Intervening in the cultural heritage of another country often risks the adaptation of a colonialist perspective towards the cultural heritage. However, the strong relationship witnessed between Italy and Montenegro has been strengthened further by this project, Doclea. There has been a cross-fertilization of potencies identified in the continuous exchanges between Italian researchers and Montenegrin researchers (refer to image 1). This collaboration has positively resulted in work on site, joint participation in international conferences, promoting projects to the general public, and others. International exchanges of knowledge and enhancement in cultural heritage are identified. Cultural relations have been worked through linguistic exchanges as well. Montenegrin dialect on the coast has somewhat absorbed Italian, and the number of Italian loanwords reflects this proximity. Montenegro's agreements with Italy have included educational cooperation between the two countries, such as in the domain of student false brotherhoods between Italian and Montenegrin universities. Montenegrin students can study in Italy through government scholarship programs. And how such programs help strengthen bilateral relations will be explored in this segment. The Italian Cultural Institute in Podgorica oversees the promotion and teaching of Montenegro's Italian language and culture.

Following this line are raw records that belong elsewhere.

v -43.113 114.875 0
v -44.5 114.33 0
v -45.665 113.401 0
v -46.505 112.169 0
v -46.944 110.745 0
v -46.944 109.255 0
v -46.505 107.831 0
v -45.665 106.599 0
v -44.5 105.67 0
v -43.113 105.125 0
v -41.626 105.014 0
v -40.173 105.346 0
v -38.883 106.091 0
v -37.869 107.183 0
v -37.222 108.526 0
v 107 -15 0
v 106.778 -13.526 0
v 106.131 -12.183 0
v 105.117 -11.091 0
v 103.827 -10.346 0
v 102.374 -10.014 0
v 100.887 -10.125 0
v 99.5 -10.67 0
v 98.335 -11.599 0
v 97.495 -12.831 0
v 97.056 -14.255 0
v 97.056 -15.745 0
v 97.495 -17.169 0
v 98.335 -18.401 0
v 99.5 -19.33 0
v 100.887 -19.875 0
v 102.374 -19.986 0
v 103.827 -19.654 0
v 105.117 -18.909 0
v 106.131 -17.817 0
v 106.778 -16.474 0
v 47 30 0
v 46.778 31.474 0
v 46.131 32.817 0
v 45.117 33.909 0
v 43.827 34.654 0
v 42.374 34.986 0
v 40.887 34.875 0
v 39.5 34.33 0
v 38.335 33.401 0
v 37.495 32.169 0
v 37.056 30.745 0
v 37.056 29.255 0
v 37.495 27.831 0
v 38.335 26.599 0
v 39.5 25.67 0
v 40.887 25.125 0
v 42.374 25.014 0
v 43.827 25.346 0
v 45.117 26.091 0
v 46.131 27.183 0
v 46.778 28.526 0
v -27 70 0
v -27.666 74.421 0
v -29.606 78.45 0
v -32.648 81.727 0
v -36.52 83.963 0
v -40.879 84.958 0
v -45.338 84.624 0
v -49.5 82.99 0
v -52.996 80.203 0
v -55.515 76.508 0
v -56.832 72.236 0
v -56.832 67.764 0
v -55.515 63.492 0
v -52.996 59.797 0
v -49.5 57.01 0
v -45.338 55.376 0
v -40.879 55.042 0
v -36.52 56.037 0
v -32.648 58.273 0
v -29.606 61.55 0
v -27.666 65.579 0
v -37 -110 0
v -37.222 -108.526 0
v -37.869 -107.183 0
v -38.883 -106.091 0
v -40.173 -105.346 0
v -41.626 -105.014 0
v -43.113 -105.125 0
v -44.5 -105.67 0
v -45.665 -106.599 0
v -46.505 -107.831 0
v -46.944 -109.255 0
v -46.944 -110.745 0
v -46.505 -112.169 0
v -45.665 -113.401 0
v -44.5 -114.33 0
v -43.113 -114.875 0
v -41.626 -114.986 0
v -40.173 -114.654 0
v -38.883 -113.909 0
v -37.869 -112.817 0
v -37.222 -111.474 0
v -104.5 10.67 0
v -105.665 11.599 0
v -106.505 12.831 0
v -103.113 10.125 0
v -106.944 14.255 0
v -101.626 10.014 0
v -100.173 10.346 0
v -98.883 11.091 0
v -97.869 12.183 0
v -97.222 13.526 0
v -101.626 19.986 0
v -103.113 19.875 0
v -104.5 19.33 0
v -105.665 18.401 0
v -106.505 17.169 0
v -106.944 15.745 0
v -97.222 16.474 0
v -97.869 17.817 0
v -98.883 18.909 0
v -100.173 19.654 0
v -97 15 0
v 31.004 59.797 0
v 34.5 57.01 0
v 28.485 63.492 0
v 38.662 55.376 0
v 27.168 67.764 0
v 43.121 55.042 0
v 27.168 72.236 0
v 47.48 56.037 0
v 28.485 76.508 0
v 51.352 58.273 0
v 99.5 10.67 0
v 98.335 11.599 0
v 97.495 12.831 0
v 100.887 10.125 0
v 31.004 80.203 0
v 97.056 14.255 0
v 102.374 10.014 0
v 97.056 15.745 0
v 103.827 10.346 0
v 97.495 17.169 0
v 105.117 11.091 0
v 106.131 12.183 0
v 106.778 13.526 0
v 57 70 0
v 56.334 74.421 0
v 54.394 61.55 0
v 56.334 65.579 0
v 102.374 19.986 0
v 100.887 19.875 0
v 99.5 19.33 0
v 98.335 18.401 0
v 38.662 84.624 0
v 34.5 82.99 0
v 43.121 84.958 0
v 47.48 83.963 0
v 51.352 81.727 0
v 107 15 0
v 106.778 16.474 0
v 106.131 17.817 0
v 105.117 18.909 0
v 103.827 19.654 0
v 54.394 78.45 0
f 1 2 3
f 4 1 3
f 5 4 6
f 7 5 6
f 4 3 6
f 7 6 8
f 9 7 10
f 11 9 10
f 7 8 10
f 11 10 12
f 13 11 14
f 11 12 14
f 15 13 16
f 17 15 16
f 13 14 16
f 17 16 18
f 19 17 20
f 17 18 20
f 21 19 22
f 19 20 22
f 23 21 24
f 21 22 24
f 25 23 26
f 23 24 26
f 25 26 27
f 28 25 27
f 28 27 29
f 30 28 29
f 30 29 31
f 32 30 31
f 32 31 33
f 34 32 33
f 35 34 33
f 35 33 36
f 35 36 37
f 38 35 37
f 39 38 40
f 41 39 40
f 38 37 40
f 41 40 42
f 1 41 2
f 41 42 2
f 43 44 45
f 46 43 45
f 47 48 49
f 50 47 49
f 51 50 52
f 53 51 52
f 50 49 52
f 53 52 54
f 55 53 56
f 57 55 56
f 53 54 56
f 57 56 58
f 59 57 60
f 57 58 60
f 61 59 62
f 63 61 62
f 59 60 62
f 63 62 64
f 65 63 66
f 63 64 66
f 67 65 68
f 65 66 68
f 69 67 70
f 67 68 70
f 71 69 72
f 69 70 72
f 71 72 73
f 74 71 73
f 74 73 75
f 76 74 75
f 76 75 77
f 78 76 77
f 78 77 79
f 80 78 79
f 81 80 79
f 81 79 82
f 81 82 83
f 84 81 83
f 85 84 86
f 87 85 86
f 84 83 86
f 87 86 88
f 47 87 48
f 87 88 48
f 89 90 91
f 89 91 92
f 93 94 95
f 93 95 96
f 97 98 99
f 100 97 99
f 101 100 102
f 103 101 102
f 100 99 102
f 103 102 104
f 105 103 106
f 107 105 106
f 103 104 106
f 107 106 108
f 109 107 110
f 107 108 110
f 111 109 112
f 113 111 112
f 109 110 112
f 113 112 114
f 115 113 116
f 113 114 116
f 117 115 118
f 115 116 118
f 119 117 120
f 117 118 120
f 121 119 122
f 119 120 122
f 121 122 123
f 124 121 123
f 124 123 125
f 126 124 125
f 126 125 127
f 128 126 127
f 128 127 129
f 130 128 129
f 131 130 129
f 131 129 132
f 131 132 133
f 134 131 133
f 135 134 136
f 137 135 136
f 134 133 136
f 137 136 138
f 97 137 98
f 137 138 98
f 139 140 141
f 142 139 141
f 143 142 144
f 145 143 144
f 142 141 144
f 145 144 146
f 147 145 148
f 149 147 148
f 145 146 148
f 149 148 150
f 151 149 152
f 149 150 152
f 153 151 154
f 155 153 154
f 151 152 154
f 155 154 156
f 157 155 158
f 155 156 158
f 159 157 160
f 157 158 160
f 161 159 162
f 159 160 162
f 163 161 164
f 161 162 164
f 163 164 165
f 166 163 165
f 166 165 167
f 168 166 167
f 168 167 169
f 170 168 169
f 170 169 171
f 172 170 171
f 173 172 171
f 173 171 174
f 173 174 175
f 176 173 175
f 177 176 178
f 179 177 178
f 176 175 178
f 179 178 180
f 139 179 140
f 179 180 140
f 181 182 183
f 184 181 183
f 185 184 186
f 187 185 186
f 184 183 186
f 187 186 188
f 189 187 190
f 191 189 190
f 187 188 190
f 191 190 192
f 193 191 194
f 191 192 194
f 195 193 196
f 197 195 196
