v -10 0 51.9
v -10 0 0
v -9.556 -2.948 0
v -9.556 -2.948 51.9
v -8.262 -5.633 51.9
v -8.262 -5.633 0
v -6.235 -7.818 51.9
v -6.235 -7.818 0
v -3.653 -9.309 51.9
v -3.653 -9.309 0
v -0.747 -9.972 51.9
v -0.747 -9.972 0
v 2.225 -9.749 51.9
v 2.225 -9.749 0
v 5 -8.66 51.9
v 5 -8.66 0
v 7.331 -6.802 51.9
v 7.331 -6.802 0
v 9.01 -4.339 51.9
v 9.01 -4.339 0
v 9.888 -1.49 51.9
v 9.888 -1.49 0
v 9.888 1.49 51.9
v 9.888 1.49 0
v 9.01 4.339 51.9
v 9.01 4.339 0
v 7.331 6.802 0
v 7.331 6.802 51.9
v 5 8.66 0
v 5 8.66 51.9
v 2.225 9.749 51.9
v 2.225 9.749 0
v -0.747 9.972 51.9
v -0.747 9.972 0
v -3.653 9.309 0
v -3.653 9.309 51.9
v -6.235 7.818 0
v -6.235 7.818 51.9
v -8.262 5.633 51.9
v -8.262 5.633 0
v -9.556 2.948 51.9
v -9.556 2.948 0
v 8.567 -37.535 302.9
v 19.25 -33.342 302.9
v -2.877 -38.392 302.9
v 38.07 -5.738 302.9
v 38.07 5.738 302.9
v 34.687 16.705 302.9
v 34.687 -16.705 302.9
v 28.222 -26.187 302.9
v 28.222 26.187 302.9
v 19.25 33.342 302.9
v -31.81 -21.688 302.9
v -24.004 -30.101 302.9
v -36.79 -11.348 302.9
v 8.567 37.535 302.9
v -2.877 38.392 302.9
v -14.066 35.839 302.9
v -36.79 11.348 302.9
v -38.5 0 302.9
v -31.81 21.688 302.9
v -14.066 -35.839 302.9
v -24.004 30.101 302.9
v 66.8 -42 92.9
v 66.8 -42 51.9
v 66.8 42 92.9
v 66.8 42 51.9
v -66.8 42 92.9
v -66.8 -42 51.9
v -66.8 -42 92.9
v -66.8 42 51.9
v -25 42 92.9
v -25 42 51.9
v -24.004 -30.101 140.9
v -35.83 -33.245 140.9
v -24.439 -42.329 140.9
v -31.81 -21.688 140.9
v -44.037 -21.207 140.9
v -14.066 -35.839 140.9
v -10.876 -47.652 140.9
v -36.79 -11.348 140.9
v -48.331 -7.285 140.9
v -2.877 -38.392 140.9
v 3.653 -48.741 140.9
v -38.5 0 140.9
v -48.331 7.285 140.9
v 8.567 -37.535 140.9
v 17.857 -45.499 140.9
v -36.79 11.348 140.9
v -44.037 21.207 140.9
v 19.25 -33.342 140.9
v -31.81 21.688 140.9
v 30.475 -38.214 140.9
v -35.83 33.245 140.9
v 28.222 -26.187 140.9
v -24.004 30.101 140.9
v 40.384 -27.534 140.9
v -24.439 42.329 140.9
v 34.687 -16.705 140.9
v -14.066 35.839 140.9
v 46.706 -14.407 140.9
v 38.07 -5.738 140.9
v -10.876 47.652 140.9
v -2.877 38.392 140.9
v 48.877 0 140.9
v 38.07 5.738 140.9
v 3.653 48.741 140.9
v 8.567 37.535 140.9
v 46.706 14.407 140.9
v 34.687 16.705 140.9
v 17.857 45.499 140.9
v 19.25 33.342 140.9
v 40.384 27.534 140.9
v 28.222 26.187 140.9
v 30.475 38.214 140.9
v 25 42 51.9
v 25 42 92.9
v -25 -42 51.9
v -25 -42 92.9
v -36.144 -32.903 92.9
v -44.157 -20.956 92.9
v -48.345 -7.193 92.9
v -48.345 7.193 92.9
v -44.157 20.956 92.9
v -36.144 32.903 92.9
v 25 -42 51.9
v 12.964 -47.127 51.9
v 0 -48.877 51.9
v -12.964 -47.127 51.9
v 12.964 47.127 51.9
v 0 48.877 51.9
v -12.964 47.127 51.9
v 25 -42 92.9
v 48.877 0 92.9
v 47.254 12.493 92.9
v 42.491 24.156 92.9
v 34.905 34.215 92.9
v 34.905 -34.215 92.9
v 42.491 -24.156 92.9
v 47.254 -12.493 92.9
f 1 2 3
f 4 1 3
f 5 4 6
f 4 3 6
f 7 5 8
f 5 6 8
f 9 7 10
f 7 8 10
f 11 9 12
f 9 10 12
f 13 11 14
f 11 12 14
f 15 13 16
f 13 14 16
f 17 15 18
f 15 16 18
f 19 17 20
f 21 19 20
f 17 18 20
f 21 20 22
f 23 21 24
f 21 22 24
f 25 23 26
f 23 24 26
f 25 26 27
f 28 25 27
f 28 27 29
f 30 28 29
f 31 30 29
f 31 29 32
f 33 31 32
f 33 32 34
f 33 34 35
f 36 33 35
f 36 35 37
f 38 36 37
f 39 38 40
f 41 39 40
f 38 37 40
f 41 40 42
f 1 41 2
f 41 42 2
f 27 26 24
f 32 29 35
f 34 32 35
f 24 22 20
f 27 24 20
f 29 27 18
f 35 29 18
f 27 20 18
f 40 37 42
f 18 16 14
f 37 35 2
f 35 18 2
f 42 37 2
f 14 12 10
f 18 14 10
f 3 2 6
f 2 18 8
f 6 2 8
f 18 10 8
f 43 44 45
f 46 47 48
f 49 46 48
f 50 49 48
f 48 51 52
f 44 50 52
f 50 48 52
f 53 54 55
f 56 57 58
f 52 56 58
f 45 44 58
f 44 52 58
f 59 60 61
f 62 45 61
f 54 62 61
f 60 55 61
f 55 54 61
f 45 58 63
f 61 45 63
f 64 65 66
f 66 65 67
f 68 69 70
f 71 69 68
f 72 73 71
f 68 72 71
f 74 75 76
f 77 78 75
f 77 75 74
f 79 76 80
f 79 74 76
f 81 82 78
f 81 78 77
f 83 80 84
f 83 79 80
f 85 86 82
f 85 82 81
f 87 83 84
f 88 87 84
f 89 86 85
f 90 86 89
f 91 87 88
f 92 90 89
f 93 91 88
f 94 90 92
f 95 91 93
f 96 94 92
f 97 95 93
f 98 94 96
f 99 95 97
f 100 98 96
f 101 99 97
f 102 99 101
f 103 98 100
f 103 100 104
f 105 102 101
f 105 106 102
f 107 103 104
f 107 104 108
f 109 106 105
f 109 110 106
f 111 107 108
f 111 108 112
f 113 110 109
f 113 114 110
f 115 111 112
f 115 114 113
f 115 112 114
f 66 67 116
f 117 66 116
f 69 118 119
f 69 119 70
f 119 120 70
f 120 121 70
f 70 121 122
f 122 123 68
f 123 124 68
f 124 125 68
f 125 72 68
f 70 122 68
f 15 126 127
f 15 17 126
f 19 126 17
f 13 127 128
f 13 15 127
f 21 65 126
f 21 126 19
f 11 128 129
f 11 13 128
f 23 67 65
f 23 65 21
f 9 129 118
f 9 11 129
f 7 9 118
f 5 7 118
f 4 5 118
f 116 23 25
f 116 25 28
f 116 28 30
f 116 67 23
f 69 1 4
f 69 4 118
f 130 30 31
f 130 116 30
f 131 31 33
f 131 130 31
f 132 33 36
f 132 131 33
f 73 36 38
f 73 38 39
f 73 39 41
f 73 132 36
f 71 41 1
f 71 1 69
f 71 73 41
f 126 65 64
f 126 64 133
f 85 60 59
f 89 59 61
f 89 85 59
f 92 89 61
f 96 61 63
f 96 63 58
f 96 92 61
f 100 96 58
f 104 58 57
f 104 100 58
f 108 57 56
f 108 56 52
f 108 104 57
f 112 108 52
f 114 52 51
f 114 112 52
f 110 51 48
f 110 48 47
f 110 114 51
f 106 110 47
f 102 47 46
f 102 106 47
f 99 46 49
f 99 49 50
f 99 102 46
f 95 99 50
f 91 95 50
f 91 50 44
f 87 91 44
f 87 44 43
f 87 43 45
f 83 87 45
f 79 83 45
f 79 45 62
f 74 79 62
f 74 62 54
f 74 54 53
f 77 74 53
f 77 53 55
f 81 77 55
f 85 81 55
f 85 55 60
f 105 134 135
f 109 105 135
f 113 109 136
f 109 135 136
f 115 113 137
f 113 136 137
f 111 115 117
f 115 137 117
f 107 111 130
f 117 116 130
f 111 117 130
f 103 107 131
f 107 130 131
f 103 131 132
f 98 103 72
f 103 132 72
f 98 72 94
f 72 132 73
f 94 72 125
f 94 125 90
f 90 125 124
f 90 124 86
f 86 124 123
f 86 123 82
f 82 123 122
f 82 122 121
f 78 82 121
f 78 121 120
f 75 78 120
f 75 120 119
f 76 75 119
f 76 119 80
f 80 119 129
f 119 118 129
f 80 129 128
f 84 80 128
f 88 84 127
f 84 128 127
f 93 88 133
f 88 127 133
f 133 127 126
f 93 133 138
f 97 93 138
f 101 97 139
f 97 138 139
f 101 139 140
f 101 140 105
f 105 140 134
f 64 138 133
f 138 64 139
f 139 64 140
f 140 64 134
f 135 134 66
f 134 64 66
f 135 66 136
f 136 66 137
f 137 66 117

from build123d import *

# Parameters (mm, degrees)
SKETCH_1_R      = 10
EXTRUDE_1_DEPTH = 51.9
SKETCH_2_R      = 48.877397639
EXTRUDE_2_DEPTH = 89
SKETCH_4_W      = 133.6
SKETCH_4_H      = 84
EXTRUDE_4_DEPTH = 41
SKETCH_5_R      = 38.5
EXTRUDE_5_DEPTH = 251


with BuildPart() as part:
    # 草图1 → 凸台-拉伸1 (new body)
    with BuildSketch(Plane.XY):
        with Locations(Location((0, 0, 0), (0, 0, 180))):
            Circle(SKETCH_1_R)
    extrude(amount=EXTRUDE_1_DEPTH)

    # 草图2 → 凸台-拉伸2 (add)
    with BuildSketch(Plane.XY.offset(51.9)):
        Circle(SKETCH_2_R)
    extrude(amount=EXTRUDE_2_DEPTH)

    # 草图4 → 凸台-拉伸4 (add)
    with BuildSketch(Plane(origin=(0, 0, 51.9), x_dir=(-1, 0, 0), z_dir=(0, 0, -1))):
        Rectangle(SKETCH_4_W, SKETCH_4_H)
    extrude(amount=-EXTRUDE_4_DEPTH)

    # 草图5 → 凸台-拉伸5 (add)
    with BuildSketch(Plane(origin=(0, 0, 51.9), x_dir=(-1, 0, 0), z_dir=(0, 0, -1))):
        Circle(SKETCH_5_R)
    extrude(amount=-EXTRUDE_5_DEPTH)


solid = part.part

== Potential energy partnership ==
The relationship between Italy and Montenegro can be identified through the lens of the potential energy framework. An electrical bridge was introduced for the first time between the Balkans and Europe. Terna was the longest undersea cable that enabled Italy to exercise power as a European and Mediterranean electricity transmission hub. The whole infrastructure was strategically planned in terms of power interconnection to link the two countries, Italy and Montenegro.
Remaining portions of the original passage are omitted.